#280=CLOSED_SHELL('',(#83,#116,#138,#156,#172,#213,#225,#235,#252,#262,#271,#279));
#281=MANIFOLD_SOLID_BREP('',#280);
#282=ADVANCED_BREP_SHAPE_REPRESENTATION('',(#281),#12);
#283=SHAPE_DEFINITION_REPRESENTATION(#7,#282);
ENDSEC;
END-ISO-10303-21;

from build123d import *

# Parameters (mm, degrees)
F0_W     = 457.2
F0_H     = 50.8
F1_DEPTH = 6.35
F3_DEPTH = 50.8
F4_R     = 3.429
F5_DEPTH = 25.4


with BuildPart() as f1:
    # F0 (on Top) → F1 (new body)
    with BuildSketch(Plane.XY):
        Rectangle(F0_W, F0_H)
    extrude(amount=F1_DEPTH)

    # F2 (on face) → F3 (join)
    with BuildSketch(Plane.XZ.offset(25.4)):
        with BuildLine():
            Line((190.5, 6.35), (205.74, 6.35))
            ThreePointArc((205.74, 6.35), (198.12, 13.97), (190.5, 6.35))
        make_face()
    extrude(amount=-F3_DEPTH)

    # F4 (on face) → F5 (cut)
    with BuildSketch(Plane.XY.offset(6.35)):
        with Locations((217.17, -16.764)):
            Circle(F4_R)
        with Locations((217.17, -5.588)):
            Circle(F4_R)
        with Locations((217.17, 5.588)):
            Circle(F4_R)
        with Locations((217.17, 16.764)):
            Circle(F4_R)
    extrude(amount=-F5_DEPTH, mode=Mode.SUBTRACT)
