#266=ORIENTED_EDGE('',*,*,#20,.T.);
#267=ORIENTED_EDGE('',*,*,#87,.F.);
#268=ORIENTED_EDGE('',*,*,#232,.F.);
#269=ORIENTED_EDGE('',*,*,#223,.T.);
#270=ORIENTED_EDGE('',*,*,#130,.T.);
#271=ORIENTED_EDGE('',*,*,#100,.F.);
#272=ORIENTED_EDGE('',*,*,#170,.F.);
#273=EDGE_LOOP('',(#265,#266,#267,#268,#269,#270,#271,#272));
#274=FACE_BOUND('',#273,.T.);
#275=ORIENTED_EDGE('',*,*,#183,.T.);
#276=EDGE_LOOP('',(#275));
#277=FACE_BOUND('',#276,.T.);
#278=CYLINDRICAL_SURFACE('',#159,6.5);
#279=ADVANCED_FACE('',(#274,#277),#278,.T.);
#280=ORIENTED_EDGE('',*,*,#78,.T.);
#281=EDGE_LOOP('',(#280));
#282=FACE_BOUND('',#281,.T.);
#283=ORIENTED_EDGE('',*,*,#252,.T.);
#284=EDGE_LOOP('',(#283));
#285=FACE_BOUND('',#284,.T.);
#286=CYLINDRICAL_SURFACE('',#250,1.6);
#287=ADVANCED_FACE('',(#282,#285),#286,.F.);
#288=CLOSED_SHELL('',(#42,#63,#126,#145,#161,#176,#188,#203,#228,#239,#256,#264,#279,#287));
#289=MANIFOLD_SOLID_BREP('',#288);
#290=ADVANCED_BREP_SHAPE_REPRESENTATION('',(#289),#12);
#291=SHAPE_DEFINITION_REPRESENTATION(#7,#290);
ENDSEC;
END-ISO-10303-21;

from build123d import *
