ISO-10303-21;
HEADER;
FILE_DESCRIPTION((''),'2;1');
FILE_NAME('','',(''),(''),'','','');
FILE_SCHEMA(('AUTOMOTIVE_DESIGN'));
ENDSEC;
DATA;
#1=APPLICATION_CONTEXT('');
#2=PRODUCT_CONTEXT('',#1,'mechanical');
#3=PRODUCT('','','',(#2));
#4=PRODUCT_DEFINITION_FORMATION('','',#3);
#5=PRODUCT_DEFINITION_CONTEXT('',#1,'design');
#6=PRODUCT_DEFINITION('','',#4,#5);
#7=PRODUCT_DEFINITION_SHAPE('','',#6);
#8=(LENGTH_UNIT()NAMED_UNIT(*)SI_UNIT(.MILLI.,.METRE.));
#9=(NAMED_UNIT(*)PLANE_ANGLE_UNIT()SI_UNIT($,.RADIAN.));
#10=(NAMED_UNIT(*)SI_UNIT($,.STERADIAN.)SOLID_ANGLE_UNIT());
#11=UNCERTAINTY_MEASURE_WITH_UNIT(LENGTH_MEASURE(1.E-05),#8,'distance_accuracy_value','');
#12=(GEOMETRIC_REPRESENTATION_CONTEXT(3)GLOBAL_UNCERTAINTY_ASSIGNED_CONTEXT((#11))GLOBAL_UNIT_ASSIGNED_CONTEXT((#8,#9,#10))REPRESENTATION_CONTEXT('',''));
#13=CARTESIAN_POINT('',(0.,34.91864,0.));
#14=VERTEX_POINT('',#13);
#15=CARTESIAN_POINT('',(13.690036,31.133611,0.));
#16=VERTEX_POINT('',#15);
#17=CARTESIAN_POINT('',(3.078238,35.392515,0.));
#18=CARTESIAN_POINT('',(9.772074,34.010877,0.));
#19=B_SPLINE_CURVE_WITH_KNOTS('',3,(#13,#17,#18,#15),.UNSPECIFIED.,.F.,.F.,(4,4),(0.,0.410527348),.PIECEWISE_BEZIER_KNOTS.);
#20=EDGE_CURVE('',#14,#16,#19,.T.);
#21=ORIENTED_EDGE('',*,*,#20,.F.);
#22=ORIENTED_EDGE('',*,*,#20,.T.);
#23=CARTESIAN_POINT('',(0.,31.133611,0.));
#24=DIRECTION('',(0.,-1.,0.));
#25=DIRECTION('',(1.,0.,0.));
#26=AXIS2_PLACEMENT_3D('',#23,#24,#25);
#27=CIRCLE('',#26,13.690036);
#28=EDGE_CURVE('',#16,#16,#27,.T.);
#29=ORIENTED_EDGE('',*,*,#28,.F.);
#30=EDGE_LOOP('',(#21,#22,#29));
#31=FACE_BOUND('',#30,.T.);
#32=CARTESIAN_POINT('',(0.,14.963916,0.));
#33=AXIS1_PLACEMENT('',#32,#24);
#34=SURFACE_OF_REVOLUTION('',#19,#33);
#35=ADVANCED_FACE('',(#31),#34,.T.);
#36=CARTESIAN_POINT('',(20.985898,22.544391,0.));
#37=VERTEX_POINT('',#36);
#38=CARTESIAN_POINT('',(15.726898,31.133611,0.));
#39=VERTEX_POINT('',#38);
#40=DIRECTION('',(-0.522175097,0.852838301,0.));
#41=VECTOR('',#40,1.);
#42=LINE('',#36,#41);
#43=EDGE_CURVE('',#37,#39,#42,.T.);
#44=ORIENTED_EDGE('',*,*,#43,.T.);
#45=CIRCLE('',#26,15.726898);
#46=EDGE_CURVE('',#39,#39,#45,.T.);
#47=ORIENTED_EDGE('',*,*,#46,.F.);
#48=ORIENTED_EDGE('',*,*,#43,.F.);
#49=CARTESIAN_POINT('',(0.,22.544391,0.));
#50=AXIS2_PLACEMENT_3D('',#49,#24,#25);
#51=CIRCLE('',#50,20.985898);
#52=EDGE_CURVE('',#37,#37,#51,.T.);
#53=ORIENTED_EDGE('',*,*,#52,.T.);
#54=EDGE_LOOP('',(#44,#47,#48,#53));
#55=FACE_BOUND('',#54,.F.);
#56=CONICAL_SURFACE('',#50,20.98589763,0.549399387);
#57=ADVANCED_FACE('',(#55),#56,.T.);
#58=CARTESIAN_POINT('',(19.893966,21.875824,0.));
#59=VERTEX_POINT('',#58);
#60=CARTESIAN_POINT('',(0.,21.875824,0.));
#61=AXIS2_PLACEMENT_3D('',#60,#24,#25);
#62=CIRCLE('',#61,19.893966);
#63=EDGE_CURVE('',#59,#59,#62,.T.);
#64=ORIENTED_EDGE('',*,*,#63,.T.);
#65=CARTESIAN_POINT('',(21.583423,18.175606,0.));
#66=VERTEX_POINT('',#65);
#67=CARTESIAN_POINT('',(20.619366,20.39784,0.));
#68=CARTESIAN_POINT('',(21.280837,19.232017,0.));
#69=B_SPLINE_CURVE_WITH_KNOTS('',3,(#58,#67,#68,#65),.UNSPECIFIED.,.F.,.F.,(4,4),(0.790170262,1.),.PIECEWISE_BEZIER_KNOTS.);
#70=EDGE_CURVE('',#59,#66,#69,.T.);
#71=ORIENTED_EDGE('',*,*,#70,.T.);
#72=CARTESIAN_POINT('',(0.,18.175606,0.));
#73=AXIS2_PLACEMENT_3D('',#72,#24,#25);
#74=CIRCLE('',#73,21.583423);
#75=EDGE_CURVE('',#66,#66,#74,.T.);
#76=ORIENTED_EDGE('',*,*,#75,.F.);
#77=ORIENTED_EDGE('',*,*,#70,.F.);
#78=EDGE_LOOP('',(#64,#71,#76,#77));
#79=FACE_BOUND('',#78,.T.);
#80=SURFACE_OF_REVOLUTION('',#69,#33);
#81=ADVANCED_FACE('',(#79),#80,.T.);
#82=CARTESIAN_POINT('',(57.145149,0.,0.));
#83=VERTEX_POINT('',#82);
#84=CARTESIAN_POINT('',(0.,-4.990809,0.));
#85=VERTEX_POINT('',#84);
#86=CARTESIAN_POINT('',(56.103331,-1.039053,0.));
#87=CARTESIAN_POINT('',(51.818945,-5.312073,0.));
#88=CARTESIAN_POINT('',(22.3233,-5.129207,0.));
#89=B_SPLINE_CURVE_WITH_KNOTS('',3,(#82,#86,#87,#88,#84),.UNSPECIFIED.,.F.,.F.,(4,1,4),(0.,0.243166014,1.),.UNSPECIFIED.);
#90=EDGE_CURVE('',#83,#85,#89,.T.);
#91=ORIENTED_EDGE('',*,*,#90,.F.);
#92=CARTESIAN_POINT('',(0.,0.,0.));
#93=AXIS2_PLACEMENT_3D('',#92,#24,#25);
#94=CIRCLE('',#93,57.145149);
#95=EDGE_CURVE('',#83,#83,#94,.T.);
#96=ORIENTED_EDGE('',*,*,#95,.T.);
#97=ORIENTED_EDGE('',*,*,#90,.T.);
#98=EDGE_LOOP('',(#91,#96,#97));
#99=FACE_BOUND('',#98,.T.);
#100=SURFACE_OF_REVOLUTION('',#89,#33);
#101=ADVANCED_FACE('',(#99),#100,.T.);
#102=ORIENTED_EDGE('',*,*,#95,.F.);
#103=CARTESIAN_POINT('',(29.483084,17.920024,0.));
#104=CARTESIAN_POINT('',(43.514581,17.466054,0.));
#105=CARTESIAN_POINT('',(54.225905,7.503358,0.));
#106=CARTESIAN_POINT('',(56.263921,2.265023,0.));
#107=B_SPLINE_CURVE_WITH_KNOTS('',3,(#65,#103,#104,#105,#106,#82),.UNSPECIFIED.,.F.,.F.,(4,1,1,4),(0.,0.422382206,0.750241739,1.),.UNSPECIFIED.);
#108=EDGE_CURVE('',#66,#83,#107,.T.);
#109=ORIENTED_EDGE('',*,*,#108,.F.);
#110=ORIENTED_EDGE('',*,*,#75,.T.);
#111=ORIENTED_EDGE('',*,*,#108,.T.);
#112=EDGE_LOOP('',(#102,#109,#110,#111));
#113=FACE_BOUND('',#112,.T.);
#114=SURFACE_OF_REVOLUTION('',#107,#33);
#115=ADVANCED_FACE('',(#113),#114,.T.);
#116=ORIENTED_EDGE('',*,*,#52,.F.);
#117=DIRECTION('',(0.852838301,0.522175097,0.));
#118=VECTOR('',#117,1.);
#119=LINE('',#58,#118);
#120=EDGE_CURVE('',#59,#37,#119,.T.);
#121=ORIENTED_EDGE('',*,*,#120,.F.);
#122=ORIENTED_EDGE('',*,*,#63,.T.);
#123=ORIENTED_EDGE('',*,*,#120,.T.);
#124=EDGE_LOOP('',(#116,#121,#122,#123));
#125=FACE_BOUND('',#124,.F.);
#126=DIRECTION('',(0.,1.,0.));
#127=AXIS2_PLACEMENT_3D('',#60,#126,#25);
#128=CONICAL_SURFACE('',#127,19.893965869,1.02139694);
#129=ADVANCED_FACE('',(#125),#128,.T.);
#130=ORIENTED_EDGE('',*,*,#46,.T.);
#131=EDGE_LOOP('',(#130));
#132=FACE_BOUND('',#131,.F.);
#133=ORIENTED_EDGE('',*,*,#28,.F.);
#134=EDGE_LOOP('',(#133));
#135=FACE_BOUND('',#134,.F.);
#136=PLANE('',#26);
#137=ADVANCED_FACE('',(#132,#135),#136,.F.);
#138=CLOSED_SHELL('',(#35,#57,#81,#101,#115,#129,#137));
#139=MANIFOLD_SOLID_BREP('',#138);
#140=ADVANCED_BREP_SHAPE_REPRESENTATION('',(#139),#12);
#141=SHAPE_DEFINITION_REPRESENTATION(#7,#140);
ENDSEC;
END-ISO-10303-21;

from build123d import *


with BuildPart() as f1:
    # F0 (on Top) → F1 (revolve)
    with BuildSketch(Plane.XY):
        with BuildLine():
            Line((15.7268978655, 31.1336107552), (13.6900357902, 31.1336107552))
            add(Edge.make_bspline(
                [(13.6900357902, 31.1336107552), (17.0608899521, 28.6581278912), (18.4755196748, 24.8073490245), (19.8025538123, 22.0620742536), (19.8939658685, 21.8758244185)],
                knots=[0.4105273485, 0.4105273485, 0.4105273485, 0.4105273485, 0.7637283298, 0.7901702617, 0.7901702617, 0.7901702617, 0.7901702617], degree=3))
            Line((19.8939658685, 21.8758244185), (20.9858976305, 22.5443914533))
            Line((20.9858976305, 22.5443914533), (15.7268978655, 31.1336107552))
        make_face()
        with BuildLine():
            add(Edge.make_bspline(
                [(0, 34.9186398089), (3.0782377239, 35.3925153745), (9.7720743609, 34.0108774401), (13.6900357902, 31.1336107552)],
                knots=[0, 0, 0, 0, 0.4105273485, 0.4105273485, 0.4105273485, 0.4105273485], degree=3))
            Line((0, 34.9186398089), (0, -4.9908086658))
            add(Edge.make_bspline(
                [(57.1451485157, 0), (56.1033313978, -1.0390530249), (51.8189445284, -5.3120726311), (22.3233002337, -5.1292072545), (0, -4.9908086658)],
                knots=[0, 0, 0, 0, 0.243166014, 1, 1, 1, 1], degree=3))
            add(Edge.make_bspline(
                [(21.5834230185, 18.1756056845), (29.4830837428, 17.9200240844), (43.5145810963, 17.4660543787), (54.2259048008, 7.5033575534), (56.2639210027, 2.265022949), (57.1451485157, 0)],
                knots=[0, 0, 0, 0, 0.4223822062, 0.7502417389, 1, 1, 1, 1], degree=3))
            add(Edge.make_bspline(
                [(19.8939658685, 21.8758244185), (20.6193655065, 20.3978403476), (21.2808370146, 19.2320167154), (21.5834230185, 18.1756056845)],
                knots=[0.7901702617, 0.7901702617, 0.7901702617, 0.7901702617, 1, 1, 1, 1], degree=3))
            add(Edge.make_bspline(
                [(13.6900357902, 31.1336107552), (17.0608899521, 28.6581278912), (18.4755196748, 24.8073490245), (19.8025538123, 22.0620742536), (19.8939658685, 21.8758244185)],
                knots=[0.4105273485, 0.4105273485, 0.4105273485, 0.4105273485, 0.7637283298, 0.7901702617, 0.7901702617, 0.7901702617, 0.7901702617], degree=3))
        make_face()
    revolve(axis=Axis((0, 14.9639155716, 0), (0, -1, 0)))


solid = f1.part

• **WHAT YOU ARE ASKED TO DO**: Return only the part of the records above that opens with the line containing "#45=CIRCLE('',#26,15.726898);" and closes with the line containing "#101=ADVANCED_FACE('',(#99),#100,.T.);", ends included.

• **ANSWER BOX**:
#45=CIRCLE('',#26,15.726898);
#46=EDGE_CURVE('',#39,#39,#45,.T.);
#47=ORIENTED_EDGE('',*,*,#46,.F.);
#48=ORIENTED_EDGE('',*,*,#43,.F.);
#49=CARTESIAN_POINT('',(0.,22.544391,0.));
#50=AXIS2_PLACEMENT_3D('',#49,#24,#25);
#51=CIRCLE('',#50,20.985898);
#52=EDGE_CURVE('',#37,#37,#51,.T.);
#53=ORIENTED_EDGE('',*,*,#52,.T.);
#54=EDGE_LOOP('',(#44,#47,#48,#53));
#55=FACE_BOUND('',#54,.F.);
#56=CONICAL_SURFACE('',#50,20.98589763,0.549399387);
#57=ADVANCED_FACE('',(#55),#56,.T.);
#58=CARTESIAN_POINT('',(19.893966,21.875824,0.));
#59=VERTEX_POINT('',#58);
#60=CARTESIAN_POINT('',(0.,21.875824,0.));
#61=AXIS2_PLACEMENT_3D('',#60,#24,#25);
#62=CIRCLE('',#61,19.893966);
#63=EDGE_CURVE('',#59,#59,#62,.T.);
#64=ORIENTED_EDGE('',*,*,#63,.T.);
#65=CARTESIAN_POINT('',(21.583423,18.175606,0.));
#66=VERTEX_POINT('',#65);
#67=CARTESIAN_POINT('',(20.619366,20.39784,0.));
#68=CARTESIAN_POINT('',(21.280837,19.232017,0.));
#69=B_SPLINE_CURVE_WITH_KNOTS('',3,(#58,#67,#68,#65),.UNSPECIFIED.,.F.,.F.,(4,4),(0.790170262,1.),.PIECEWISE_BEZIER_KNOTS.);
#70=EDGE_CURVE('',#59,#66,#69,.T.);
#71=ORIENTED_EDGE('',*,*,#70,.T.);
#72=CARTESIAN_POINT('',(0.,18.175606,0.));
#73=AXIS2_PLACEMENT_3D('',#72,#24,#25);
#74=CIRCLE('',#73,21.583423);
#75=EDGE_CURVE('',#66,#66,#74,.T.);
#76=ORIENTED_EDGE('',*,*,#75,.F.);
#77=ORIENTED_EDGE('',*,*,#70,.F.);
#78=EDGE_LOOP('',(#64,#71,#76,#77));
#79=FACE_BOUND('',#78,.T.);
#80=SURFACE_OF_REVOLUTION('',#69,#33);
#81=ADVANCED_FACE('',(#79),#80,.T.);
#82=CARTESIAN_POINT('',(57.145149,0.,0.));
#83=VERTEX_POINT('',#82);
#84=CARTESIAN_POINT('',(0.,-4.990809,0.));
#85=VERTEX_POINT('',#84);
#86=CARTESIAN_POINT('',(56.103331,-1.039053,0.));
#87=CARTESIAN_POINT('',(51.818945,-5.312073,0.));
#88=CARTESIAN_POINT('',(22.3233,-5.129207,0.));
#89=B_SPLINE_CURVE_WITH_KNOTS('',3,(#82,#86,#87,#88,#84),.UNSPECIFIED.,.F.,.F.,(4,1,4),(0.,0.243166014,1.),.UNSPECIFIED.);
#90=EDGE_CURVE('',#83,#85,#89,.T.);
#91=ORIENTED_EDGE('',*,*,#90,.F.);
#92=CARTESIAN_POINT('',(0.,0.,0.));
#93=AXIS2_PLACEMENT_3D('',#92,#24,#25);
#94=CIRCLE('',#93,57.145149);
#95=EDGE_CURVE('',#83,#83,#94,.T.);
#96=ORIENTED_EDGE('',*,*,#95,.T.);
#97=ORIENTED_EDGE('',*,*,#90,.T.);
#98=EDGE_LOOP('',(#91,#96,#97));
#99=FACE_BOUND('',#98,.T.);
#100=SURFACE_OF_REVOLUTION('',#89,#33);
#101=ADVANCED_FACE('',(#99),#100,.T.);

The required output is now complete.